Si je fais une erreur dans la saisie d'une adresse, j'ai un message qui me dit quelle adresse a un problème.

Si je mets une adresse qui a été résilié, j'ai le message en pièce jointe et rien ne part.
Je mets aussi en pièce jointe la fenêtre avec un triangle jaune qui cumule les essais que fait Outlook toutes les 10 minutes.


----------



## Aliboron (19 Janvier 2012)

boddy a dit:


> Je prends 3 adresses : 1 sur Yahoo, 1 sur Hotmail, 1 sur Orange (c'est celle là dont le compte a été résilié). Mon FAI c'est Orange.


C'est probablement que le serveur SMTP d'Orange va plus loin que d'autres et fait une vérification immédiate de l'existence des adresses qui sont hébergées chez Orange. Mets une adresse résiliée chez un autre hébergeur et tu auras très probablement le comportement plus classique de l'envoi suivi, quelques minutes plus tard de la réception d'un message de rejet.


----------



## boddy (19 Janvier 2012)

Aliboron a dit:


> C'est probablement que le serveur SMTP d'Orange va plus loin que d'autres et fait une vérification immédiate de l'existence des adresses qui sont hébergées chez Orange. Mets une adresse résiliée chez un autre hébergeur et tu auras très probablement le comportement plus classique de l'envoi suivi, quelques minutes plus tard de la réception d'un message de rejet.



Bien vu : mon FAI est Orange et l'adresse résiliée était sur Orange.
Avec une adresse résiliée sur un autre FAI, il y a bien une notification d'Orange spécifiant quelle adresse est invalide.


----------



## Aliboron (19 Janvier 2012)

boddy a dit:


> Avec une adresse résiliée sur un autre FAI, il y a bien une notification d'Orange spécifiant quelle adresse est invalide.

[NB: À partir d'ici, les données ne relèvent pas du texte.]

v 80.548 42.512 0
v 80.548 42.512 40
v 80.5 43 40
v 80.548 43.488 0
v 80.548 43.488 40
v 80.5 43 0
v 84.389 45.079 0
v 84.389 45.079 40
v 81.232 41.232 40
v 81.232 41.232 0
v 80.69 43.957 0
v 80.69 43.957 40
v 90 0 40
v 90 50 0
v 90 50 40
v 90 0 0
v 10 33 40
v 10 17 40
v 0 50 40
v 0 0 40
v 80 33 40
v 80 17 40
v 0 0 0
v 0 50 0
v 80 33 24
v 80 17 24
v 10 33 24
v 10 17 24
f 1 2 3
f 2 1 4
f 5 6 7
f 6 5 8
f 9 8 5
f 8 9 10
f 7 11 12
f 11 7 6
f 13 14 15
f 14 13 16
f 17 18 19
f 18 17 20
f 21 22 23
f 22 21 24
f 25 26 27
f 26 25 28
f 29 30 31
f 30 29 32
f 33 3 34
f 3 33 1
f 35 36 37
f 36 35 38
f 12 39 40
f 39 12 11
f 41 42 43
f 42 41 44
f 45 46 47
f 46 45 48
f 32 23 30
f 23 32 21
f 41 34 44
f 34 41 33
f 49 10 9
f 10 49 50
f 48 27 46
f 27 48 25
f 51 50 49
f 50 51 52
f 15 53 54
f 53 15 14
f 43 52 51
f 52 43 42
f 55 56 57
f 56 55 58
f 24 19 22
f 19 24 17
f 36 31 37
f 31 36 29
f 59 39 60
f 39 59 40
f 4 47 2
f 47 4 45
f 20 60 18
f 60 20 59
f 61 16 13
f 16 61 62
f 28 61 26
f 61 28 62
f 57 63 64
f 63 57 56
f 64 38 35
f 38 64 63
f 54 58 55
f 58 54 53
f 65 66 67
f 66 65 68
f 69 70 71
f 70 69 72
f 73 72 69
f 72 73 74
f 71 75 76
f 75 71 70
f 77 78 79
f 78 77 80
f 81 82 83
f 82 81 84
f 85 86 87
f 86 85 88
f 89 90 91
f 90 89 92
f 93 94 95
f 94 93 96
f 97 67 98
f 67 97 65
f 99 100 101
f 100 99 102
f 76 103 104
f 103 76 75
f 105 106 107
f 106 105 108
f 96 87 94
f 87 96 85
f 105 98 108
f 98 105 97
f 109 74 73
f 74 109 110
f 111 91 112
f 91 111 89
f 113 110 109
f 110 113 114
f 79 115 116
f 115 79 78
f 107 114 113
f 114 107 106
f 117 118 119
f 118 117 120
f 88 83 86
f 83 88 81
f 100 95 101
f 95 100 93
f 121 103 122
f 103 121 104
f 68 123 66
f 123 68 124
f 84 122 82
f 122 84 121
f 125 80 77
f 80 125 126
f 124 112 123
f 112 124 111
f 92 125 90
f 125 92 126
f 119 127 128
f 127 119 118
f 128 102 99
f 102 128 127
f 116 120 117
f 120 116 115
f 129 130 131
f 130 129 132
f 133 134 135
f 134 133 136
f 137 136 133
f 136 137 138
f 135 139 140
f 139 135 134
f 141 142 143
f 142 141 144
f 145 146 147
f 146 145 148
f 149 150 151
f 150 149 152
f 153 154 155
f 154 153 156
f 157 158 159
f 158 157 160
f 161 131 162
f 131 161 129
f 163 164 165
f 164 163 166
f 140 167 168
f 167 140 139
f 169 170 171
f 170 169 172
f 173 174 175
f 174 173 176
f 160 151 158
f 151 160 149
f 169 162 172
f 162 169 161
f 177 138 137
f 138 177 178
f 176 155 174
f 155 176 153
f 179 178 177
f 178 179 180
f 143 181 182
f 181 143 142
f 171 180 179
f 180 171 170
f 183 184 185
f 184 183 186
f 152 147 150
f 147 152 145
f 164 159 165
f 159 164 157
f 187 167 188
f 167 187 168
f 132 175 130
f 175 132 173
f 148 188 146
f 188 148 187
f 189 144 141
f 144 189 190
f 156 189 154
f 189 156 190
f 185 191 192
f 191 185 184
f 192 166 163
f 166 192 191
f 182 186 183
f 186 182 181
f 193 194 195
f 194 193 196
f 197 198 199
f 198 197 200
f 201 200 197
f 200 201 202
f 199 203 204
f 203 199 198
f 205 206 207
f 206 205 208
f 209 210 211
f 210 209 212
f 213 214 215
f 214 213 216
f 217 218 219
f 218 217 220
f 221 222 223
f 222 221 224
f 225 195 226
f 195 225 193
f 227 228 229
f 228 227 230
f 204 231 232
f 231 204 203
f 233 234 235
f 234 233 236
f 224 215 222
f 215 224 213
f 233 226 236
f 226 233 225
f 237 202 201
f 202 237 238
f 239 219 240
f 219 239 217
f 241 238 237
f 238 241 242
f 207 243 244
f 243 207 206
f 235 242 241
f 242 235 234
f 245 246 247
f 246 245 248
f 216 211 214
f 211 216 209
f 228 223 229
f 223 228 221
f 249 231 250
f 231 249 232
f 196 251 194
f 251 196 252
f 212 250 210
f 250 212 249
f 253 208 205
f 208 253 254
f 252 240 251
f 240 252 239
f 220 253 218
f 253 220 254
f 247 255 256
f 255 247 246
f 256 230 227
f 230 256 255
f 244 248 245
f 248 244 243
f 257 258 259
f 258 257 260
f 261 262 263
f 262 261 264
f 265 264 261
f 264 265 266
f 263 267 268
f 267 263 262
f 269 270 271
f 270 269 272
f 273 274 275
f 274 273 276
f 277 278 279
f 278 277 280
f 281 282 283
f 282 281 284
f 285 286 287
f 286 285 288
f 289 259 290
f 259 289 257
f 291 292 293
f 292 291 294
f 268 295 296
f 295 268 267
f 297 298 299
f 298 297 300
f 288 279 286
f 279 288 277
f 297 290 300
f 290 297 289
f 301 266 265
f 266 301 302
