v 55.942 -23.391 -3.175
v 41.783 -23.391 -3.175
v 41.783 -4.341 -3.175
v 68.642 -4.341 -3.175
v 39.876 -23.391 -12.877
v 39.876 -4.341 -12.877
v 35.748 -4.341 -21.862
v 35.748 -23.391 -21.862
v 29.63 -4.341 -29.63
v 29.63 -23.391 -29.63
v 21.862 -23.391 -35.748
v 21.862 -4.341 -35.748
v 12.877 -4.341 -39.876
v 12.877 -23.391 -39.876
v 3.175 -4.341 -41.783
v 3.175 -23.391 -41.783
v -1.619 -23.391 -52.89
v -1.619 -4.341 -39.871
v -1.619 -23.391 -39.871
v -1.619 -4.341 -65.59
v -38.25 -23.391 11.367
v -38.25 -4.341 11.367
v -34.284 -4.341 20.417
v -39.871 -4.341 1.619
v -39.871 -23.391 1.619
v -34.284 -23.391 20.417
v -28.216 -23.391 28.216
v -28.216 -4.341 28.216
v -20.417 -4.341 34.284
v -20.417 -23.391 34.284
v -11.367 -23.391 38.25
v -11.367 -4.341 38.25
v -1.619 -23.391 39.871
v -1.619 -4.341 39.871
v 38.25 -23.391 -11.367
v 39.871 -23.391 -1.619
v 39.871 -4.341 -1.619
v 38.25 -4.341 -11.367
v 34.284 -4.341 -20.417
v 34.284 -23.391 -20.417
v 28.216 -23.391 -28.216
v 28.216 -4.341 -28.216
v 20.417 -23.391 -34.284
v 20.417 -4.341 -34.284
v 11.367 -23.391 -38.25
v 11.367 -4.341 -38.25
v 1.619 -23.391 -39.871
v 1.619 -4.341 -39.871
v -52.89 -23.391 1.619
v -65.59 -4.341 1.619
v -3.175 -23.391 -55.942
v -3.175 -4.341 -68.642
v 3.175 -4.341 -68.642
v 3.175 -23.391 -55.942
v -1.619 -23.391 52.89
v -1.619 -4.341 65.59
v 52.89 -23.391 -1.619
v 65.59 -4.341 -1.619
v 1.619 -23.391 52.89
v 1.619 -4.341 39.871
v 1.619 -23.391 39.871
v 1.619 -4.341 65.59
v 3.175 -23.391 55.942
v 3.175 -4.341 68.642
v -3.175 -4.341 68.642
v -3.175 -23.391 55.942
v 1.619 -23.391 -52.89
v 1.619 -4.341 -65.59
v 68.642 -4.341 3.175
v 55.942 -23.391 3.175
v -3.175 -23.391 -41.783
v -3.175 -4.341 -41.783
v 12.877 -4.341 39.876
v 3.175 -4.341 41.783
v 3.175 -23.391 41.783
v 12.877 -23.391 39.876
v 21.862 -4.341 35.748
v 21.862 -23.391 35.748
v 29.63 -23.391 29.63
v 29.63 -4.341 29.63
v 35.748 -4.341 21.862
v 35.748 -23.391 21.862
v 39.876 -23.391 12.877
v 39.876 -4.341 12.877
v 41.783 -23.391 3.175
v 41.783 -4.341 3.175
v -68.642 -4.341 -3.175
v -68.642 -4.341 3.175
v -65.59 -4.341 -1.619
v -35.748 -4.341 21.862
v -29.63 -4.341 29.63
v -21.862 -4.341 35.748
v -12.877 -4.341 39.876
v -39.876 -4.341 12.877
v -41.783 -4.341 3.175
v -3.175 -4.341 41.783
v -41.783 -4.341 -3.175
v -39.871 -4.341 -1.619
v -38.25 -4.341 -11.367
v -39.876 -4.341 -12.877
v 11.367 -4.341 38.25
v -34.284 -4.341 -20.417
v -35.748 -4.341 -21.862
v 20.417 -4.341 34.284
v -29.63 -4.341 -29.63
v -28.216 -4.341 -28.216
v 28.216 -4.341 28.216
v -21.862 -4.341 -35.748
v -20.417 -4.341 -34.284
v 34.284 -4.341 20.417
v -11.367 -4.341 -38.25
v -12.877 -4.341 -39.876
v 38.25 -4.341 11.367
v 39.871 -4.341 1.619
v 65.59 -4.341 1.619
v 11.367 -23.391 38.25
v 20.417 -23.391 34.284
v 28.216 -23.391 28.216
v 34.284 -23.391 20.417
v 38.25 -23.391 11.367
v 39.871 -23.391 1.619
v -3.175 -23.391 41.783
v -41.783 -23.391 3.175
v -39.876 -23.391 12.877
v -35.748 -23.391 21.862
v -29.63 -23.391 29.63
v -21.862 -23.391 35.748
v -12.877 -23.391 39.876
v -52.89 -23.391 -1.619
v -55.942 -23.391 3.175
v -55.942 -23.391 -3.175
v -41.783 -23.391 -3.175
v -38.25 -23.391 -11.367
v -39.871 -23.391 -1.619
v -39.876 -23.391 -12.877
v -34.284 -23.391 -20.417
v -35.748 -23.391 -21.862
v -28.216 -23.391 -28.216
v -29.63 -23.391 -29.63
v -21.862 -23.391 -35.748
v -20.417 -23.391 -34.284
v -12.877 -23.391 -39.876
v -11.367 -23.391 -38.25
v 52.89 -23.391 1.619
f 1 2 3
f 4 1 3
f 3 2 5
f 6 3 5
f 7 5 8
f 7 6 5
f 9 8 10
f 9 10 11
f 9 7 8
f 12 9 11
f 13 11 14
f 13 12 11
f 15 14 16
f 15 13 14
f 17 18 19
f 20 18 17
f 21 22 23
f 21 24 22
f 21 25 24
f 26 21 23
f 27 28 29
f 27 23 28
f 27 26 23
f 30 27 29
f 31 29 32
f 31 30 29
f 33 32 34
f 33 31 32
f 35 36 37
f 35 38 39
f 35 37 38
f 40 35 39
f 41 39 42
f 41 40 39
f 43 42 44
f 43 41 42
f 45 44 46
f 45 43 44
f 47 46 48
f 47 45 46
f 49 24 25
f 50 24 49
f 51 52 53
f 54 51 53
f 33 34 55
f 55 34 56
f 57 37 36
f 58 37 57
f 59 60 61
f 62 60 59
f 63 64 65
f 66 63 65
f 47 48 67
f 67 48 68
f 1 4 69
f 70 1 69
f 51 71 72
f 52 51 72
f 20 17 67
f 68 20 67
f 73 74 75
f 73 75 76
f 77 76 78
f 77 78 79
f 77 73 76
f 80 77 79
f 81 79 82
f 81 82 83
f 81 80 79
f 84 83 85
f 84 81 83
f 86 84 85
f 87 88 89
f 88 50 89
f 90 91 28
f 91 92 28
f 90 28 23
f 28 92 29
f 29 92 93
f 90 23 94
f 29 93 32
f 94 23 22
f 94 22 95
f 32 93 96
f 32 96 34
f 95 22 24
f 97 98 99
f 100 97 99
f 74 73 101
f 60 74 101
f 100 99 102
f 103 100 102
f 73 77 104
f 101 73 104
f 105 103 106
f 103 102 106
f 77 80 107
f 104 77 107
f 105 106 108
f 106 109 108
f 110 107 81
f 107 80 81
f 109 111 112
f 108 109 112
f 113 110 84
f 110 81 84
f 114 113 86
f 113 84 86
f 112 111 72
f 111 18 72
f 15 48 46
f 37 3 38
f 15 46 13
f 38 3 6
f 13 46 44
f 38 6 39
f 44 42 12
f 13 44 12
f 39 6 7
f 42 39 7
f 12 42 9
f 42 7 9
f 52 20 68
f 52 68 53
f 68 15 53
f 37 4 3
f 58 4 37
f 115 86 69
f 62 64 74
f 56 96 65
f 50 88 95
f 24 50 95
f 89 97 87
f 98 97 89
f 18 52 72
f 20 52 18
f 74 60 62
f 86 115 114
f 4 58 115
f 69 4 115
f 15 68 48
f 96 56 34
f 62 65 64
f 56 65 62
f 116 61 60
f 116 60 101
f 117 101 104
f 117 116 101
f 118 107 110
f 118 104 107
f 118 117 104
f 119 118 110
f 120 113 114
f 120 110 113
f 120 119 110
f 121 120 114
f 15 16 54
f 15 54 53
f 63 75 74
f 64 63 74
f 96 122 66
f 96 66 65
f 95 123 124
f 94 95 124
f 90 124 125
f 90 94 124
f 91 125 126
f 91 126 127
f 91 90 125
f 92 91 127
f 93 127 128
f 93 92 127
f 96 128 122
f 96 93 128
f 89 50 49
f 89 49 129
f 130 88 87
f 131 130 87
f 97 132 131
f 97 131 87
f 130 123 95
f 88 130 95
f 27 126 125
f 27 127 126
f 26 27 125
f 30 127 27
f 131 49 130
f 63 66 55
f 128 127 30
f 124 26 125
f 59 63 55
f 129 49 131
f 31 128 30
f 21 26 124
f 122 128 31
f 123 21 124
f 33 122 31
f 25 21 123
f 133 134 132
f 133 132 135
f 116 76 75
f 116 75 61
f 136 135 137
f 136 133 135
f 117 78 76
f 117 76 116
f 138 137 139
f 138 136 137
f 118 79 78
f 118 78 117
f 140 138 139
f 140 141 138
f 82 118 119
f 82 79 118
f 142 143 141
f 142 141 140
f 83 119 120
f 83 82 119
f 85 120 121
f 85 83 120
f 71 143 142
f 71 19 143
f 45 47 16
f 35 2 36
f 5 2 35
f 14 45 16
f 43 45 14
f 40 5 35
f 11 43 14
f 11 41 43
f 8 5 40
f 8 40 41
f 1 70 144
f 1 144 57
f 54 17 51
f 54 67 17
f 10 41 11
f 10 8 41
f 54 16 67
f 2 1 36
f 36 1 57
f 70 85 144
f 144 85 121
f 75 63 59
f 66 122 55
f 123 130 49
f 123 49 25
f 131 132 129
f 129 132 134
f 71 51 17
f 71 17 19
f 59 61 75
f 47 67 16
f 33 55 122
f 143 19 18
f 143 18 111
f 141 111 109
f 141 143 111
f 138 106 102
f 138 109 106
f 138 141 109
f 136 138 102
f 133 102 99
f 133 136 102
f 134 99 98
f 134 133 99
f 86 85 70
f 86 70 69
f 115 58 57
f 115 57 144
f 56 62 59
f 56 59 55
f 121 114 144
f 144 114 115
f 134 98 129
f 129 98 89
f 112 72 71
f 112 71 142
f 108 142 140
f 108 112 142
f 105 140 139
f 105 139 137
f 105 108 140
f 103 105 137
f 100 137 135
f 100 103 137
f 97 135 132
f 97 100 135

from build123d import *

# Parameters (mm, degrees)
SKETCH1_R                = 41.9034
SKETCH1_R_2              = 39.9034
BOSS_EXTRUDE1_DEPTH      = 57.15
BOSS_EXTRUDE2_REACH      = 137.075
BOSS_EXTRUDE2_END_RADIUS = 41.9034
SKETCH4_W                = 6.35
SKETCH4_H                = 96.707907256
CUT_EXTRUDE1_REACH       = 161.401
CUT_EXTRUDE1_END_RADIUS  = 39.9034
SKETCH5_W                = 3.2385
SKETCH5_H                = 67.115737741
CIRPATTERN1_COUNT        = 4
SKETCH6_W                = 191.094400596
SKETCH6_H                = 76.2
SKETCH6_H_2              = 57.15
CUT_EXTRUDE2_DEPTH       = 154.043134259
CUT_EXTRUDE2_DEPTH_BACK  = 154.043134259


with BuildPart() as part:
    # Sketch1 → Boss-Extrude1 (new, symmetric)
    with BuildSketch(Plane(origin=(0, 0, 0), x_dir=(1, 0, 0), z_dir=(0, 1, 0))):
        with Locations(Location((0, 0, 0), (0, 0, 270))):
            Circle(SKETCH1_R)
        with Locations(Location((0, 0, 0), (0, 0, 270))):
            Circle(SKETCH1_R_2, mode=Mode.SUBTRACT)
    extrude(amount=BOSS_EXTRUDE1_DEPTH, both=True)

    # Boss-Extrude2: up to this cylinder (the profile starts outside it)
    boss_extrude2_end = Plane(origin=(0, -4.217047, 0), z_dir=(0, -1, 0)) * Cylinder(BOSS_EXTRUDE2_END_RADIUS, 358.9568, mode=Mode.PRIVATE)
    # Sketch4 → Boss-Extrude2 (add, up to the surface)
    with BuildSketch(Plane(origin=(0, -33.016886495, -49.525456207), x_dir=(1, 0, 0), z_dir=(0, 0.5546992156114063, 0.8320509480795575)), mode=Mode.PRIVATE) as boss_extrude2_sk1:
        with Locations((0, 34.613072097)):
            Rectangle(SKETCH4_W, SKETCH4_H)
    boss_extrude2_tool1 = extrude(boss_extrude2_sk1.sketch, amount=BOSS_EXTRUDE2_REACH, mode=Mode.PRIVATE) - boss_extrude2_end
    boss_extrude2 = boss_extrude2_tool1.solids().sort_by_distance((0, -4.217047, -68.7253))[0]
    add(boss_extrude2)

    # Cut-Extrude1: up to this cylinder (the profile starts outside it)
    cut_extrude1_end = Plane(origin=(0, 56.039365, 0), z_dir=(0, -1, 0)) * Cylinder(CUT_EXTRUDE1_END_RADIUS, 403.6088, mode=Mode.PRIVATE)
    # Sketch5 → Cut-Extrude1 (cut, up to the surface)
    with BuildSketch(Plane(origin=(0, 69.032792414, -46.021744091), x_dir=(1, 0, 0), z_dir=(0, 0.8320509480795577, -0.5546992156114063)), mode=Mode.PRIVATE) as cut_extrude1_sk1:
        with Locations((0, 23.424274962)):
            Rectangle(SKETCH5_W, SKETCH5_H)
    cut_extrude1_tool1 = extrude(cut_extrude1_sk1.sketch, amount=-CUT_EXTRUDE1_REACH, mode=Mode.PRIVATE) - cut_extrude1_end
    cut_extrude1 = cut_extrude1_tool1.solids().sort_by_distance((0, 56.039365, -65.511934))[0]
    add(cut_extrude1, mode=Mode.SUBTRACT)

    # CirPattern1: Boss-Extrude2, Cut-Extrude1 ×4 about axis
    cirpattern1_axis = Axis((0, 0, 0), (0, 1, 0))
    add([boss_extrude2.rotate(cirpattern1_axis, i * 360 / CIRPATTERN1_COUNT) for i in range(1, CIRPATTERN1_COUNT)])
    add([cut_extrude1.rotate(cirpattern1_axis, i * 360 / CIRPATTERN1_COUNT) for i in range(1, CIRPATTERN1_COUNT)], mode=Mode.SUBTRACT)

    # Sketch6 → Cut-Extrude2 (cut, two sides)
    with BuildSketch(Plane(origin=(0, 0, 0), x_dir=(0, 0, -1), z_dir=(1, 0, 0))) as cut_extrude2_sk:
        with Locations((0, 33.758652745)):
            Rectangle(SKETCH6_W, SKETCH6_H)
        with Locations((0, -51.966347255)):
            Rectangle(SKETCH6_W, SKETCH6_H_2)
    extrude(amount=CUT_EXTRUDE2_DEPTH, mode=Mode.SUBTRACT)
    extrude(cut_extrude2_sk.sketch, amount=-CUT_EXTRUDE2_DEPTH_BACK, mode=Mode.SUBTRACT)


solid = part.part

Non (mais c'est point de détail), ce n'est pas Orange mais le serveur POP hébergeant l'adresse résiliée qui envoie une notification de rejet.

Bref, pour en revenir au problème initial de kro-magnon, bien qu'il n'ait pas donné beaucoup de précisions sur le contexte, notre ami a maintenant toutes les données en main pour trouver la solution à son problème...


----------



## kro-magnon (20 Janvier 2012)

Aarrrggggh j'ai bien lu mais y a quelques point qui m'échappe....de toute façon je viens d'avoir encore un autre soucis avec Outlook !!! 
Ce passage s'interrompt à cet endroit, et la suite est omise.